My aunt's story

Hi all,
On a serious note, I'd like to share with you my aunt Betsy's story of her recent battle with breast cancer. She is my only aunt - my father's sister. I asked her if she would mind sharing some words of wisdom and experience with us. What she wrote back is so raw and so real...I feel as if I understand her experience for the first time, better than I ever did before. She is 59, a tough cookie, and unbelievable brave. Here it is:

For me, breast cancer is about health...once I was diagnosed, body image was the last thing I was concerned with. My first response was to tell the surgeon to remove both breasts. When she told me that was not appropriate, and that lumpectomy was an option for the breast with the tumor, I was adamant: Get rid of it, the whole breast.

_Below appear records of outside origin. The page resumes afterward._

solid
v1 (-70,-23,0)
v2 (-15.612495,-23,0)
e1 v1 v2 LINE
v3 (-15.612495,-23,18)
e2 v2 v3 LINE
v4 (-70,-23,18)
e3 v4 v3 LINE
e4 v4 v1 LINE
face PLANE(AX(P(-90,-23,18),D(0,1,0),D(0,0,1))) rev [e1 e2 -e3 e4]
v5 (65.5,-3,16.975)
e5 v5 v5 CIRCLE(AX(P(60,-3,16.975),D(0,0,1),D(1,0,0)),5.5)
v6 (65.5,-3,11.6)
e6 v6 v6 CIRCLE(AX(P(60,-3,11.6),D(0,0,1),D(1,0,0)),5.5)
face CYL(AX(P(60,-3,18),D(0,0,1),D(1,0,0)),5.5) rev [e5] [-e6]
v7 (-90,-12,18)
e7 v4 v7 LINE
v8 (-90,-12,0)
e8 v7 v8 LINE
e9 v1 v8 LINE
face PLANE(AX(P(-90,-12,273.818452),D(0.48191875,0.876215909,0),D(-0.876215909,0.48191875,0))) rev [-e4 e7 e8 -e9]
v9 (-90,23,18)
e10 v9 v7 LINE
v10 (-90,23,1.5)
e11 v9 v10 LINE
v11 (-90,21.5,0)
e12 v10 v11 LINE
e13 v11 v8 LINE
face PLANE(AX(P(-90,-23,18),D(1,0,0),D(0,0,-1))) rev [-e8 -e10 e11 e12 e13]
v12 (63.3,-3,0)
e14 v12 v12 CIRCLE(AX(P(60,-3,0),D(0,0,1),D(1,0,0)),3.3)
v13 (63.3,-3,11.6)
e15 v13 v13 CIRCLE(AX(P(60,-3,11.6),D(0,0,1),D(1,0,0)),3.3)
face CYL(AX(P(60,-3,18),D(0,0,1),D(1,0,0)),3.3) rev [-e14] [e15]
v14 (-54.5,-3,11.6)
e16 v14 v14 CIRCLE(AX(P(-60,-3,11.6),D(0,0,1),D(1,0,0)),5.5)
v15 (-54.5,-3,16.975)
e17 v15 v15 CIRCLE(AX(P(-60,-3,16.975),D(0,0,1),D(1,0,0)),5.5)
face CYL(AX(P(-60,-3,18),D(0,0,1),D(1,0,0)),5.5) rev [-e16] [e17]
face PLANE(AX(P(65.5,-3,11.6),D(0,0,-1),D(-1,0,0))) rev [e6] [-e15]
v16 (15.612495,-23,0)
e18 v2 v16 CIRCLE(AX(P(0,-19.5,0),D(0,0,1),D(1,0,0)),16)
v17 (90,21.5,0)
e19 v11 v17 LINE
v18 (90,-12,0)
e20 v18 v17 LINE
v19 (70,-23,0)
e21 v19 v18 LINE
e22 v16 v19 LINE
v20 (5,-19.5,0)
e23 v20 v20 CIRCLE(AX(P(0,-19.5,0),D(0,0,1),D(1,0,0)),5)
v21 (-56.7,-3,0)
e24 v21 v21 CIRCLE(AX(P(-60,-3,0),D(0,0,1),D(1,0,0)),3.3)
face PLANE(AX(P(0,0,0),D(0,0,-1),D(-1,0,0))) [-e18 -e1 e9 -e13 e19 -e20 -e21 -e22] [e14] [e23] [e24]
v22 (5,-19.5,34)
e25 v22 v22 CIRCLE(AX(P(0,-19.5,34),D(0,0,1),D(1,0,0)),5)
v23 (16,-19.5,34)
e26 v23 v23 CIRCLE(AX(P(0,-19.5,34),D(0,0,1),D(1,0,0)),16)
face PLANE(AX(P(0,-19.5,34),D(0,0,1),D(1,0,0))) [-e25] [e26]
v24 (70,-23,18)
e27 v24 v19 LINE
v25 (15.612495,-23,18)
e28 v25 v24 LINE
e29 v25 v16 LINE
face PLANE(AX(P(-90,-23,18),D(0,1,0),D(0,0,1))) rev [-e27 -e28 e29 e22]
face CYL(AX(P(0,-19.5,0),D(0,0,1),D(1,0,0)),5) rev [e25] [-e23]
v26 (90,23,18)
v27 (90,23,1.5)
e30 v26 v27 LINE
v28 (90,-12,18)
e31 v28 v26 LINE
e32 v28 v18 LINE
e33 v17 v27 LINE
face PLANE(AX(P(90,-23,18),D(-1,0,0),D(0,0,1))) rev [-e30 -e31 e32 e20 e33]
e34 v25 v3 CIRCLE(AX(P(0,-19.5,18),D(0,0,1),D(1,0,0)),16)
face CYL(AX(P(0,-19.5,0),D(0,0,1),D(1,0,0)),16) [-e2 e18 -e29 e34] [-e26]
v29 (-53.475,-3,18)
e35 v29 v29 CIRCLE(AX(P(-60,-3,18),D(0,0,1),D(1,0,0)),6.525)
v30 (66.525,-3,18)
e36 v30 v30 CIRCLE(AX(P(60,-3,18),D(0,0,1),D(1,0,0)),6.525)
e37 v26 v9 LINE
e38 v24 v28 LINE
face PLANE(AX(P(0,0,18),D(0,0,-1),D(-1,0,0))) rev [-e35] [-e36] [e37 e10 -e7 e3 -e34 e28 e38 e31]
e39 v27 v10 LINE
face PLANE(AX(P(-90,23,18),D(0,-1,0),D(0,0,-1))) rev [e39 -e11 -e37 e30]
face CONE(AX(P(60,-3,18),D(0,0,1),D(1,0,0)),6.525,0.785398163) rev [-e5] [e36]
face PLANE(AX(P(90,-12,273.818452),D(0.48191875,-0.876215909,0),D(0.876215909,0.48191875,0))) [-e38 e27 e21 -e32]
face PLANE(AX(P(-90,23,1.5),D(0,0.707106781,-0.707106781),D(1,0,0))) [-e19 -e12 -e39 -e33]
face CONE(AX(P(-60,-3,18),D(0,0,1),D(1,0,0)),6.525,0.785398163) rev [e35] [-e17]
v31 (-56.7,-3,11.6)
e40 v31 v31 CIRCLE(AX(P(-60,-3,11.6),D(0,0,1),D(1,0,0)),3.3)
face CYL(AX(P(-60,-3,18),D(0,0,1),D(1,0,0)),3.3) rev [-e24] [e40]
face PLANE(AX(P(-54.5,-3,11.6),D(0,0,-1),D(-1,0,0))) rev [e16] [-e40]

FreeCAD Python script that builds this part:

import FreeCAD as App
import Part
import Sketcher
from FreeCAD import Vector
Q = App.Units.Quantity


def edges_at(feature, points):
    """Names of the edges that pass closest to the given points."""
    edges = feature.Shape.Edges
    near = lambda p: min(range(len(edges)), key=lambda i: edges[i].distToShape(Part.Vertex(*p))[0])
    return sorted({f"Edge{near(p) + 1}" for p in points})


def add_polygon(sketch, points):
    """Adds a closed chain of lines whose ends are joined by coincident constraints."""
    first, n = sketch.GeometryCount, len(points)
    for a, b in zip(points, points[1:] + points[:1]):
        sketch.addGeometry(Part.LineSegment(App.Vector(*a, 0), App.Vector(*b, 0)), False)
    for i in range(n):
        sketch.addConstraint(Sketcher.Constraint("Coincident", first + i, 2, first + (i + 1) % n, 1))

doc = App.newDocument("Part")
body = doc.addObject("PartDesign::Body", "Body")

# Sketch on XY plane
sketch1 = doc.addObject("Sketcher::SketchObject", "Sketch")
body.addObject(sketch1)
sketch1.AttachmentSupport = (doc.XY_Plane, [""])
sketch1.MapMode = "FlatFace"
add_polygon(sketch1, [(-90, 23), (-90, -23), (90, -23), (90, 23)])  # lines 0-3
sketch1.addConstraint(Sketcher.Constraint("Vertical", 0))
sketch1.addConstraint(Sketcher.Constraint("Horizontal", 1))
sketch1.addConstraint(Sketcher.Constraint("Vertical", 2))
sketch1.addConstraint(Sketcher.Constraint("Horizontal", 3))
sketch1.addConstraint(Sketcher.Constraint("Symmetric", 0, 2, 2, 2, -1, 1))
sketch1.addConstraint(Sketcher.Constraint("DistanceX", 1, 1, 1, 2, 180.0))
sketch1.addConstraint(Sketcher.Constraint("DistanceY", 0, 2, 0, 1, 46.0))
pad1 = doc.addObject("PartDesign::Pad", "Pad")
body.addObject(pad1)
pad1.Profile = sketch1
pad1.Length = 18

# Sketch on XY plane
sketch2 = doc.addObject("Sketcher::SketchObject", "Sketch001")
body.addObject(sketch2)
sketch2.AttachmentSupport = (doc.XY_Plane, [""])
sketch2.MapMode = "FlatFace"
sketch2.AttachmentOffset = App.Placement(Vector(0, 0, 18), App.Rotation())
add_polygon(sketch2, [(-90, -12), (-420, 170), (-783, -491), (-103, -865), (260, -205), (-70, -23)])  # lines 0-5
sketch2.addConstraint(Sketcher.Constraint("Perpendicular", 0, 1))
sketch2.addConstraint(Sketcher.Constraint("Perpendicular", 1, 2))
sketch2.addConstraint(Sketcher.Constraint("Perpendicular", 2, 3))
sketch2.addConstraint(Sketcher.Constraint("Perpendicular", 3, 4))
sketch2.addConstraint(Sketcher.Constraint("Parallel", 4, 5))
sketch2.addConstraint(Sketcher.Constraint("Equal", 0, 4))
sketch2.addConstraint(Sketcher.Constraint("DistanceX", 4, 2, -1, 1, 70.0))
sketch2.addConstraint(Sketcher.Constraint("DistanceY", 4, 2, -1, 1, 23.0))
sketch2.addConstraint(Sketcher.Constraint("DistanceX", 5, 2, -1, 1, 90.0))
sketch2.addConstraint(Sketcher.Constraint("DistanceY", 5, 2, -1, 1, 12.0))
sketch2.addConstraint(Sketcher.Constraint("DistanceX", 0, 2, -1, 1, 420.107699))
sketch2.addConstraint(Sketcher.Constraint("DistanceX", 2, 2, -1, 1, 103.01077))
pocket1 = doc.addObject("PartDesign::Pocket", "Pocket")
body.addObject(pocket1)
pocket1.Profile = sketch2
pocket1.Type = "ThroughAll"
pocket1.Midplane = True

# Sketch on XY plane
sketch3 = doc.addObject("Sketcher::SketchObject", "Sketch002")
body.addObject(sketch3)
sketch3.AttachmentSupport = (doc.XY_Plane, [""])
sketch3.MapMode = "FlatFace"
sketch3.AttachmentOffset = App.Placement(Vector(0, 0, 18), App.Rotation())
add_polygon(sketch3, [(420, 170), (90, -12), (70, -23), (-260, -205), (103, -865), (783, -491)])  # lines 0-5
sketch3.addConstraint(Sketcher.Constraint("Parallel", 0, 1))
sketch3.addConstraint(Sketcher.Constraint("Parallel", 1, 2))
sketch3.addConstraint(Sketcher.Constraint("Perpendicular", 2, 3))
sketch3.addConstraint(Sketcher.Constraint("Perpendicular", 3, 4))
sketch3.addConstraint(Sketcher.Constraint("Perpendicular", 4, 5))
sketch3.addConstraint(Sketcher.Constraint("Equal", 0, 2))
sketch3.addConstraint(Sketcher.Constraint("DistanceX", -1, 1, 0, 2, 90.0))
sketch3.addConstraint(Sketcher.Constraint("DistanceY", 0, 2, -1, 1, 12.0))
sketch3.addConstraint(Sketcher.Constraint("DistanceX", -1, 1, 1, 2, 70.0))
sketch3.addConstraint(Sketcher.Constraint("DistanceY", 1, 2, -1, 1, 23.0))
sketch3.addConstraint(Sketcher.Constraint("DistanceX", 2, 2, -1, 1, 260.107699))
sketch3.addConstraint(Sketcher.Constraint("DistanceX", -1, 1, 3, 2, 103.01077))
pocket2 = doc.addObject("PartDesign::Pocket", "Pocket001")
body.addObject(pocket2)
pocket2.Profile = sketch3
pocket2.Type = "ThroughAll"
pocket2.Midplane = True

# Sketch on XY plane
sketch4 = doc.addObject("Sketcher::SketchObject", "Sketch003")
body.addObject(sketch4)
sketch4.AttachmentSupport = (doc.XY_Plane, [""])
sketch4.MapMode = "FlatFace"
sketch4.AttachmentOffset = App.Placement(Vector(0, 0, 18), App.Rotation())
sketch4.addGeometry(Part.Circle(Vector(0, -20, 0), Vector(0, 0, 1), 16), False)
sketch4.addConstraint(Sketcher.Constraint("PointOnObject", 0, 3, -2))
sketch4.addConstraint(Sketcher.Constraint("Diameter", 0, 32.0))
sketch4.addConstraint(Sketcher.Constraint("DistanceY", 0, 3, -1, 1, 19.5))
pad2 = doc.addObject("PartDesign::Pad", "Pad001")
body.addObject(pad2)
pad2.Profile = sketch4
pad2.Length = 18
pad2.Reversed = True

# Sketch on XY plane
sketch5 = doc.addObject("Sketcher::SketchObject", "Sketch004")
body.addObject(sketch5)
sketch5.AttachmentSupport = (doc.XY_Plane, [""])
sketch5.MapMode = "FlatFace"
sketch5.AttachmentOffset = App.Placement(Vector(0, 0, 34), App.Rotation())
sketch5.addGeometry(Part.Circle(Vector(0, -20, 0), Vector(0, 0, 1), 16), False)
sketch5.addConstraint(Sketcher.Constraint("PointOnObject", 0, 3, -2))
sketch5.addConstraint(Sketcher.Constraint("Diameter", 0, 32.0))
sketch5.addConstraint(Sketcher.Constraint("DistanceY", 0, 3, -1, 1, 19.5))
pad3 = doc.addObject("PartDesign::Pad", "Pad002")
body.addObject(pad3)
pad3.Profile = sketch5
pad3.Length = 16
pad3.Reversed = True

# Sketch on XY plane
sketch6 = doc.addObject("Sketcher::SketchObject", "Sketch005")
body.addObject(sketch6)
sketch6.AttachmentSupport = (doc.XY_Plane, [""])
sketch6.MapMode = "FlatFace"
sketch6.AttachmentOffset = App.Placement(Vector(0, 0, 34), App.Rotation())
sketch6.addGeometry(Part.Circle(Vector(0, -20, 0), Vector(0, 0, 1), 5), False)
sketch6.addConstraint(Sketcher.Constraint("PointOnObject", 0, 3, -2))
sketch6.addConstraint(Sketcher.Constraint("Diameter", 0, 10.0))
sketch6.addConstraint(Sketcher.Constraint("DistanceY", 0, 3, -1, 1, 19.5))
pocket3 = doc.addObject("PartDesign::Pocket", "Pocket002")
body.addObject(pocket3)
pocket3.Profile = sketch6
pocket3.Type = "ThroughAll"

# Sketch on YZ plane
sketch7 = doc.addObject("Sketcher::SketchObject", "Sketch006")
body.addObject(sketch7)
sketch7.AttachmentSupport = (doc.YZ_Plane, [""])
sketch7.MapMode = "FlatFace"
sketch7.AttachmentOffset = App.Placement(Vector(0, 0, -60), App.Rotation())
add_polygon(sketch7, [(-3, 0), (-3, 18), (-9.5, 18), (-8.5, 17), (-8.5, 11.6), (-6.3, 11.6), (-6.3, 0)])  # lines 0-6
sketch7.addGeometry(Part.LineSegment(Vector(-3, 18, 0), Vector(-3, 0, 0)), True)  # axis
sketch7.addConstraint(Sketcher.Constraint("Vertical", 0))
sketch7.addConstraint(Sketcher.Constraint("Horizontal", 1))
sketch7.addConstraint(Sketcher.Constraint("Vertical", 3))
sketch7.addConstraint(Sketcher.Constraint("Horizontal", 4))
sketch7.addConstraint(Sketcher.Constraint("Vertical", 5))
sketch7.addConstraint(Sketcher.Constraint("Horizontal", 6))
sketch7.addConstraint(Sketcher.Constraint("Vertical", 7))
sketch7.addConstraint(Sketcher.Constraint("Coincident", 7, 1, 0, 2))
sketch7.addConstraint(Sketcher.Constraint("PointOnObject", 5, 2, -1))
sketch7.addConstraint(Sketcher.Constraint("PointOnObject", 7, 2, -1))
sketch7.addConstraint(Sketcher.Constraint("DistanceY", 0, 1, 0, 2, 18.0))
sketch7.addConstraint(Sketcher.Constraint("Angle", 2, Q("-45 deg")))
sketch7.addConstraint(Sketcher.Constraint("DistanceX", 4, 1, 4, 2, 2.2))
sketch7.addConstraint(Sketcher.Constraint("DistanceX", 6, 1, 6, 2, 3.3))
sketch7.addConstraint(Sketcher.Constraint("DistanceY", 5, 2, 5, 1, 11.6))
sketch7.addConstraint(Sketcher.Constraint("DistanceX", 0, 2, -1, 1, 3.0))
sketch7.addConstraint(Sketcher.Constraint("DistanceX", 1, 2, 1, 1, 6.525))
groove = doc.addObject("PartDesign::Groove", "Groove")
body.addObject(groove)
groove.Profile = sketch7
groove.ReferenceAxis = (sketch7, ["Axis0"])
groove.Angle = 360
doc.recompute()

linearpattern = doc.addObject("PartDesign::LinearPattern", "LinearPattern")
body.addObject(linearpattern)
linearpattern.Originals = [groove]
linearpattern.Direction = (doc.X_Axis, [""])
linearpattern.Mode = "offset"
linearpattern.Offset = 120
linearpattern.Occurrences = 2
body.Tip = linearpattern
doc.recompute()

chamfer = doc.addObject("PartDesign::Chamfer", "Chamfer")
body.addObject(chamfer)
chamfer.Base = (linearpattern, edges_at(linearpattern, [(0, 23, 0)]))
chamfer.Size = 1.5

doc.recompute()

Leslie, I wasn't interested in being a pretty corpse. If there was any chance that a single cancer cell might remain, I wasn't interested in anything but getting rid of the whole "infected" breast.

It wasn't even a breast at that point. It was merely a diseased body part that I really had no use for. I was over 50, post-menopausal. I'd already nursed my babies. And frankly, I didn't give a damn what I looked like naked. As long as I looked ok in clothes, I wasn't concerned with what was underneath.

I refused reconstruction because I was afraid the cancer might reoccur on my chest wall, beneath whatever was inserted. And [then it] would grow because no one would know it was there. I was also uninterested in additional surgery: I come from a family of doctors. I know that all surgery comes with risks. Why do something purely cosmetic? Were I younger I might have felt differently. But even then I would have hesitated, I think.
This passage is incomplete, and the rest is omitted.